> _Exercise requirements_:
Among the lines below, copy exactly those from the one with "#19=CIRCLE('',#18,9.45);" through the one with "FreeCAD Python script", counting both ends.
******
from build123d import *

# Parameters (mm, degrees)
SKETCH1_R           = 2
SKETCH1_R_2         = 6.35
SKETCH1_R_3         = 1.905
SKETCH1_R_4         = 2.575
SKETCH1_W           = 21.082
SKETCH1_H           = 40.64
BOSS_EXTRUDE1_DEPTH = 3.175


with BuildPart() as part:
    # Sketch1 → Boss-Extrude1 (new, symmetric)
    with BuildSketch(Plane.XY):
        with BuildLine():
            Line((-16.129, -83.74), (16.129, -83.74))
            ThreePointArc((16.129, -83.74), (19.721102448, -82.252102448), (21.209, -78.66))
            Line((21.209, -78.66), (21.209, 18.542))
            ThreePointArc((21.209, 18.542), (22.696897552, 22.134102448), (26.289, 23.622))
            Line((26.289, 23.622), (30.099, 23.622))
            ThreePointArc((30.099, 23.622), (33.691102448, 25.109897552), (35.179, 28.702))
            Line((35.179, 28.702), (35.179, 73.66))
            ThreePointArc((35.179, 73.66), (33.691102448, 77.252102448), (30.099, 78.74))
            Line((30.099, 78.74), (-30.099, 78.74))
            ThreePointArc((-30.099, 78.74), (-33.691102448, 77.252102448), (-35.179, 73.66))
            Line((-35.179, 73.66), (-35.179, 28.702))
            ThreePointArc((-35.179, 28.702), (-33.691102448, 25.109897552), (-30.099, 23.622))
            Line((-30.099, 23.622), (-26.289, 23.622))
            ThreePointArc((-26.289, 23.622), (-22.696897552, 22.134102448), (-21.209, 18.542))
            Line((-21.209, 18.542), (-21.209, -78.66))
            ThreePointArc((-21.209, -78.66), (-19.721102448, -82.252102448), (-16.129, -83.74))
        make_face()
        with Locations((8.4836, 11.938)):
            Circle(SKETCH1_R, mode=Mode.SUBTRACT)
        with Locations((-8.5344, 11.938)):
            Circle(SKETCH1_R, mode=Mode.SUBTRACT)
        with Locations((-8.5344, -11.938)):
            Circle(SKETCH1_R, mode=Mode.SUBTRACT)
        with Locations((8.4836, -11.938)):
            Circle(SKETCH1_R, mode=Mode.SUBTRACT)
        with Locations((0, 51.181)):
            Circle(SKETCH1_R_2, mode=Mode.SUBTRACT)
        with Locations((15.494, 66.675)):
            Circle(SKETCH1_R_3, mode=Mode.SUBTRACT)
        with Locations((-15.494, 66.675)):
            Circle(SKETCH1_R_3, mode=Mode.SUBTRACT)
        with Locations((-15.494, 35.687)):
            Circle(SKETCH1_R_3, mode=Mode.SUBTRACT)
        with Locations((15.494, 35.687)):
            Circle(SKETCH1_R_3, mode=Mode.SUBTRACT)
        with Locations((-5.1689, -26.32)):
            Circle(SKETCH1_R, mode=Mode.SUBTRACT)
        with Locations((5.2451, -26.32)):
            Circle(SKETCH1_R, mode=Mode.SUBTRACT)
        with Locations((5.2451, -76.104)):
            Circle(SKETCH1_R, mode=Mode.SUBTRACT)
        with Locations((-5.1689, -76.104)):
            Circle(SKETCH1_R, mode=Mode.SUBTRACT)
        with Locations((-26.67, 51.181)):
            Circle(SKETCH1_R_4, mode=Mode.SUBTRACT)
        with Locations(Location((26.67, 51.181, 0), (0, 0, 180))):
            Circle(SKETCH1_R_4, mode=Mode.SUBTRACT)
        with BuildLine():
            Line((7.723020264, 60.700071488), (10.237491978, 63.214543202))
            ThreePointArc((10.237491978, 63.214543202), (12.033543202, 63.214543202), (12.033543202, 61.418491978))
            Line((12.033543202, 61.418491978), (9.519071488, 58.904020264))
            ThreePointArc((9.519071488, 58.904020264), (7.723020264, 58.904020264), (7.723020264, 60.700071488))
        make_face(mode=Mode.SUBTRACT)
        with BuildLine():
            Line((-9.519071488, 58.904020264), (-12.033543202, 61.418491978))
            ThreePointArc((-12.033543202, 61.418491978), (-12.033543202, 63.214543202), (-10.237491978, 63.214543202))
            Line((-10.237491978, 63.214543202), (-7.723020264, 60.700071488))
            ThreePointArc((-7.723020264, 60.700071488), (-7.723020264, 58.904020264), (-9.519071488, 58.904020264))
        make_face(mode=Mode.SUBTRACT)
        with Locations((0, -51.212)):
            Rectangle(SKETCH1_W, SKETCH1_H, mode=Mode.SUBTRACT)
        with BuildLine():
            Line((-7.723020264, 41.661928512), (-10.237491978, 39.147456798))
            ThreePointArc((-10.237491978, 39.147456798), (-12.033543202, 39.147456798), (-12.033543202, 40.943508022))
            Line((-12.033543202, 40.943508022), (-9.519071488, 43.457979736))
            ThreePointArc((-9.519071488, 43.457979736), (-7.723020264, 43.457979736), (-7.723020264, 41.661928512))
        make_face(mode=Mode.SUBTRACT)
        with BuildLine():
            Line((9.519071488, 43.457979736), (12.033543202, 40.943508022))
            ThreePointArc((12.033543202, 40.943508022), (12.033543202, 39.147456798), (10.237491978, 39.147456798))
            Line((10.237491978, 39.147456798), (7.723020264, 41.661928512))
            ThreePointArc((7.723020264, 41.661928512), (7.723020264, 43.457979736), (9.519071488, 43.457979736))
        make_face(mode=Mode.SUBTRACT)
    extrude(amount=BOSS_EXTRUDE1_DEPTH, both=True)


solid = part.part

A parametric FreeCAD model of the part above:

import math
import FreeCAD as App
import Part
import Sketcher
from FreeCAD import Vector
Q = App.Units.Quantity

doc = App.newDocument("Part")
body = doc.addObject("PartDesign::Body", "Body")

# Sketch on XY plane
sketch1 = doc.addObject("Sketcher::SketchObject", "Sketch")
body.addObject(sketch1)
sketch1.AttachmentSupport = (doc.XY_Plane, [""])
sketch1.MapMode = "FlatFace"
sketch1.addGeometry([
    Part.LineSegment(Vector(-16.1, -83.7, 0), Vector(16.1, -83.7, 0)),  # 0
    Part.ArcOfCircle(Part.Circle(Vector(16.1, -78.7, 0), Vector(0, 0, 1), 5.1), math.radians(-90), math.radians(0)),  # 1
    Part.LineSegment(Vector(21.2, -78.7, 0), Vector(21.2, 18.5, 0)),  # 2
    Part.ArcOfCircle(Part.Circle(Vector(26.3, 18.5, 0), Vector(0, 0, 1), 5.1), math.radians(90), math.radians(180)),  # 3
    Part.LineSegment(Vector(26.3, 23.6, 0), Vector(30.1, 23.6, 0)),  # 4
    Part.ArcOfCircle(Part.Circle(Vector(30.1, 28.7, 0), Vector(0, 0, 1), 5.1), math.radians(-90), math.radians(0)),  # 5
    Part.LineSegment(Vector(35.2, 28.7, 0), Vector(35.2, 73.7, 0)),  # 6
    Part.ArcOfCircle(Part.Circle(Vector(30.1, 73.7, 0), Vector(0, 0, 1), 5.1), math.radians(0), math.radians(90)),  # 7
    Part.LineSegment(Vector(30.1, 78.7, 0), Vector(-30.1, 78.7, 0)),  # 8
    Part.ArcOfCircle(Part.Circle(Vector(-30.1, 73.7, 0), Vector(0, 0, 1), 5.1), math.radians(90), math.radians(180)),  # 9
    Part.LineSegment(Vector(-35.2, 73.7, 0), Vector(-35.2, 28.7, 0)),  # 10
    Part.ArcOfCircle(Part.Circle(Vector(-30.1, 28.7, 0), Vector(0, 0, 1), 5.1), math.radians(-180), math.radians(-90)),  # 11
    Part.LineSegment(Vector(-30.1, 23.6, 0), Vector(-26.3, 23.6, 0)),  # 12
    Part.ArcOfCircle(Part.Circle(Vector(-26.3, 18.5, 0), Vector(0, 0, 1), 5.1), math.radians(0), math.radians(90)),  # 13
    Part.LineSegment(Vector(-21.2, 18.5, 0), Vector(-21.2, -78.7, 0)),  # 14
    Part.ArcOfCircle(Part.Circle(Vector(-16.1, -78.7, 0), Vector(0, 0, 1), 5.1), math.radians(-180), math.radians(-90)),  # 15
    Part.Circle(Vector(-5.2, -76.1, 0), Vector(0, 0, 1), 2),  # 16
    Part.Circle(Vector(-5.2, -26.3, 0), Vector(0, 0, 1), 2),  # 17
    Part.Circle(Vector(-8.5, -11.9, 0), Vector(0, 0, 1), 2),  # 18
    Part.Circle(Vector(5.2, -76.1, 0), Vector(0, 0, 1), 2),  # 19
    Part.LineSegment(Vector(10.5, -71.5, 0), Vector(-10.5, -71.5, 0)),  # 20
    Part.LineSegment(Vector(-10.5, -71.5, 0), Vector(-10.5, -30.9, 0)),  # 21
    Part.LineSegment(Vector(-10.5, -30.9, 0), Vector(10.5, -30.9, 0)),  # 22
    Part.LineSegment(Vector(10.5, -30.9, 0), Vector(10.5, -71.5, 0)),  # 23
    Part.Circle(Vector(5.2, -26.3, 0), Vector(0, 0, 1), 2),  # 24
    Part.Circle(Vector(8.5, -11.9, 0), Vector(0, 0, 1), 2),  # 25
    Part.Circle(Vector(-8.5, 11.9, 0), Vector(0, 0, 1), 2),  # 26
    Part.Circle(Vector(-15.5, 35.7, 0), Vector(0, 0, 1), 1.9),  # 27
    Part.Circle(Vector(-26.7, 51.2, 0), Vector(0, 0, 1), 2.6),  # 28
    Part.Circle(Vector(-15.5, 66.7, 0), Vector(0, 0, 1), 1.9),  # 29
    Part.ArcOfCircle(Part.Circle(Vector(-8.6, 42.6, 0), Vector(0, 0, 1), 1.3), math.radians(-45), math.radians(135)),  # 30
    Part.LineSegment(Vector(-7.7, 41.7, 0), Vector(-10.2, 39.1, 0)),  # 31
    Part.ArcOfCircle(Part.Circle(Vector(-11.1, 40, 0), Vector(0, 0, 1), 1.3), math.radians(135), math.radians(315)),  # 32
    Part.LineSegment(Vector(-12, 40.9, 0), Vector(-9.5, 43.5, 0)),  # 33
    Part.ArcOfCircle(Part.Circle(Vector(-8.6, 59.8, 0), Vector(0, 0, 1), 1.3), math.radians(-135), math.radians(45)),  # 34
    Part.LineSegment(Vector(-9.5, 58.9, 0), Vector(-12, 61.4, 0)),  # 35
    Part.ArcOfCircle(Part.Circle(Vector(-11.1, 62.3, 0), Vector(0, 0, 1), 1.3), math.radians(45), math.radians(225)),  # 36
    Part.LineSegment(Vector(-10.2, 63.2, 0), Vector(-7.7, 60.7, 0)),  # 37
    Part.Circle(Vector(8.5, 11.9, 0), Vector(0, 0, 1), 2),  # 38
    Part.ArcOfCircle(Part.Circle(Vector(8.6, 42.6, 0), Vector(0, 0, 1), 1.3), math.radians(45), math.radians(225)),  # 39
    Part.LineSegment(Vector(9.5, 43.5, 0), Vector(12, 40.9, 0)),  # 40
    Part.ArcOfCircle(Part.Circle(Vector(11.1, 40, 0), Vector(0, 0, 1), 1.3), math.radians(-135), math.radians(45)),  # 41
    Part.LineSegment(Vector(10.2, 39.1, 0), Vector(7.7, 41.7, 0)),  # 42
    Part.Circle(Vector(0, 51.2, 0), Vector(0, 0, 1), 6.3),  # 43
    Part.ArcOfCircle(Part.Circle(Vector(8.6, 59.8, 0), Vector(0, 0, 1), 1.3), math.radians(135), math.radians(315)),  # 44
    Part.LineSegment(Vector(7.7, 60.7, 0), Vector(10.2, 63.2, 0)),  # 45
    Part.ArcOfCircle(Part.Circle(Vector(11.1, 62.3, 0), Vector(0, 0, 1), 1.3), math.radians(-45), math.radians(135)),  # 46
    Part.LineSegment(Vector(12, 61.4, 0), Vector(9.5, 58.9, 0)),  # 47
    Part.Circle(Vector(15.5, 35.7, 0), Vector(0, 0, 1), 1.9),  # 48
    Part.Circle(Vector(15.5, 66.7, 0), Vector(0, 0, 1), 1.9),  # 49
    Part.Circle(Vector(26.7, 51.2, 0), Vector(0, 0, 1), 2.6),  # 50
], False)
sketch1.addConstraint([
    Sketcher.Constraint("Tangent", 0, 2, 1, 1),
    Sketcher.Constraint("Tangent", 1, 2, 2, 1),
    Sketcher.Constraint("Tangent", 2, 2, 3, 2),
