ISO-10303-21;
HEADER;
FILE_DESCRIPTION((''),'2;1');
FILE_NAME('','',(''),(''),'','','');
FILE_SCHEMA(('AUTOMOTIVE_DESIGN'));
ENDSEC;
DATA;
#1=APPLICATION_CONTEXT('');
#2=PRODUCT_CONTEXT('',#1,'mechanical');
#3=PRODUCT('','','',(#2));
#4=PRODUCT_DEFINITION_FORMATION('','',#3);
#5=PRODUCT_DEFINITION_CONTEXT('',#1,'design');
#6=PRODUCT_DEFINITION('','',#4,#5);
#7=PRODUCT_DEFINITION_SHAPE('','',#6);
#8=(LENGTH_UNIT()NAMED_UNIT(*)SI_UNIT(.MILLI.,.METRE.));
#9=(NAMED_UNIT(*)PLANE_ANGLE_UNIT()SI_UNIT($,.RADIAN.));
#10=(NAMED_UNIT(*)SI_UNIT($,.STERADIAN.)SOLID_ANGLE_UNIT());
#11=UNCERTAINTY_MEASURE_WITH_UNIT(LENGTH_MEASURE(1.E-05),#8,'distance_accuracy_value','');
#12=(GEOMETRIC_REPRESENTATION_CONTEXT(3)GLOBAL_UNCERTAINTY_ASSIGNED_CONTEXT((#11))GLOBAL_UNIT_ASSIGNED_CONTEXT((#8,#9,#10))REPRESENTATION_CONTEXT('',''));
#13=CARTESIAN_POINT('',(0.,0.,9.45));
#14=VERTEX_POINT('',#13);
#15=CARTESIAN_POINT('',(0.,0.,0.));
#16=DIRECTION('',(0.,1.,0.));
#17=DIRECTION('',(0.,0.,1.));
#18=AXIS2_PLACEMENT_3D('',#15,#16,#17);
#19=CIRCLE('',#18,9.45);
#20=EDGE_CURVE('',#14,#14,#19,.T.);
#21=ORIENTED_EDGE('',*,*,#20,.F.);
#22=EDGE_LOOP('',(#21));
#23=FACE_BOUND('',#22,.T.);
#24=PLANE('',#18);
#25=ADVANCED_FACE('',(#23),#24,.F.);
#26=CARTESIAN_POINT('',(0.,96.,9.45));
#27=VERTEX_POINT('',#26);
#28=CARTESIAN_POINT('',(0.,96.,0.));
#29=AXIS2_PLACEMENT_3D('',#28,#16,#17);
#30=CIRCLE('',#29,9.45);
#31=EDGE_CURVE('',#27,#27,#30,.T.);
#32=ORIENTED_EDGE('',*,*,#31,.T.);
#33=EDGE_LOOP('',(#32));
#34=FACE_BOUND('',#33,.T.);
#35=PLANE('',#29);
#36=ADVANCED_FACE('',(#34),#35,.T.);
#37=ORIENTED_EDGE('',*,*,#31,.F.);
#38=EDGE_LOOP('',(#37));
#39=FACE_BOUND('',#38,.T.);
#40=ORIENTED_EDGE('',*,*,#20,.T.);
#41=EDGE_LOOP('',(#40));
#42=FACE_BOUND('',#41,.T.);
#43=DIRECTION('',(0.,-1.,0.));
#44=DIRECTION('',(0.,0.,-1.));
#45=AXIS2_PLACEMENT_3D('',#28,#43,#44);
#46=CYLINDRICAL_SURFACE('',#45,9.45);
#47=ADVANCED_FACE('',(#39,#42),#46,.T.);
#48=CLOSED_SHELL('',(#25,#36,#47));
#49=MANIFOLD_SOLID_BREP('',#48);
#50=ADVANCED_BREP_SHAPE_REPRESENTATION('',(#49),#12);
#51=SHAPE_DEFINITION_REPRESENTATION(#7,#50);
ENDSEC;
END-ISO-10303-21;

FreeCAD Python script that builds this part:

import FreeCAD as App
import Part
import Sketcher

doc = App.newDocument("Part")
body = doc.addObject("PartDesign::Body", "Body")

sketch1 = body.newObject("Sketcher::SketchObject", "Sketch")
sketch1.AttachmentSupport = (doc.getObject("XZ_Plane"), [""])
sketch1.MapMode = "FlatFace"
sketch1.addGeometry(Part.Circle(App.Vector(0, 0, 0), App.Vector(0, 0, 1), 9), False)
sketch1.addConstraint([
    Sketcher.Constraint("Coincident", 0, 3, -1, 1),
    Sketcher.Constraint("Diameter", 0, 18.9),
])
pad1 = body.newObject("PartDesign::Pad", "Pad")
pad1.Profile = sketch1
pad1.Length = 96
pad1.Reversed = True

doc.recompute()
******
> _Reply to the task_:
#19=CIRCLE('',#18,9.45);
#20=EDGE_CURVE('',#14,#14,#19,.T.);
#21=ORIENTED_EDGE('',*,*,#20,.F.);
#22=EDGE_LOOP('',(#21));
#23=FACE_BOUND('',#22,.T.);
#24=PLANE('',#18);
#25=ADVANCED_FACE('',(#23),#24,.F.);
#26=CARTESIAN_POINT('',(0.,96.,9.45));
#27=VERTEX_POINT('',#26);
#28=CARTESIAN_POINT('',(0.,96.,0.));
#29=AXIS2_PLACEMENT_3D('',#28,#16,#17);
#30=CIRCLE('',#29,9.45);
#31=EDGE_CURVE('',#27,#27,#30,.T.);
#32=ORIENTED_EDGE('',*,*,#31,.T.);
#33=EDGE_LOOP('',(#32));
#34=FACE_BOUND('',#33,.T.);
#35=PLANE('',#29);
#36=ADVANCED_FACE('',(#34),#35,.T.);
#37=ORIENTED_EDGE('',*,*,#31,.F.);
#38=EDGE_LOOP('',(#37));
#39=FACE_BOUND('',#38,.T.);
#40=ORIENTED_EDGE('',*,*,#20,.T.);
#41=EDGE_LOOP('',(#40));
#42=FACE_BOUND('',#41,.T.);
#43=DIRECTION('',(0.,-1.,0.));
#44=DIRECTION('',(0.,0.,-1.));
#45=AXIS2_PLACEMENT_3D('',#28,#43,#44);
#46=CYLINDRICAL_SURFACE('',#45,9.45);
#47=ADVANCED_FACE('',(#39,#42),#46,.T.);
#48=CLOSED_SHELL('',(#25,#36,#47));
#49=MANIFOLD_SOLID_BREP('',#48);
#50=ADVANCED_BREP_SHAPE_REPRESENTATION('',(#49),#12);
#51=SHAPE_DEFINITION_REPRESENTATION(#7,#50);
ENDSEC;
END-ISO-10303-21;

FreeCAD Python script that builds this part:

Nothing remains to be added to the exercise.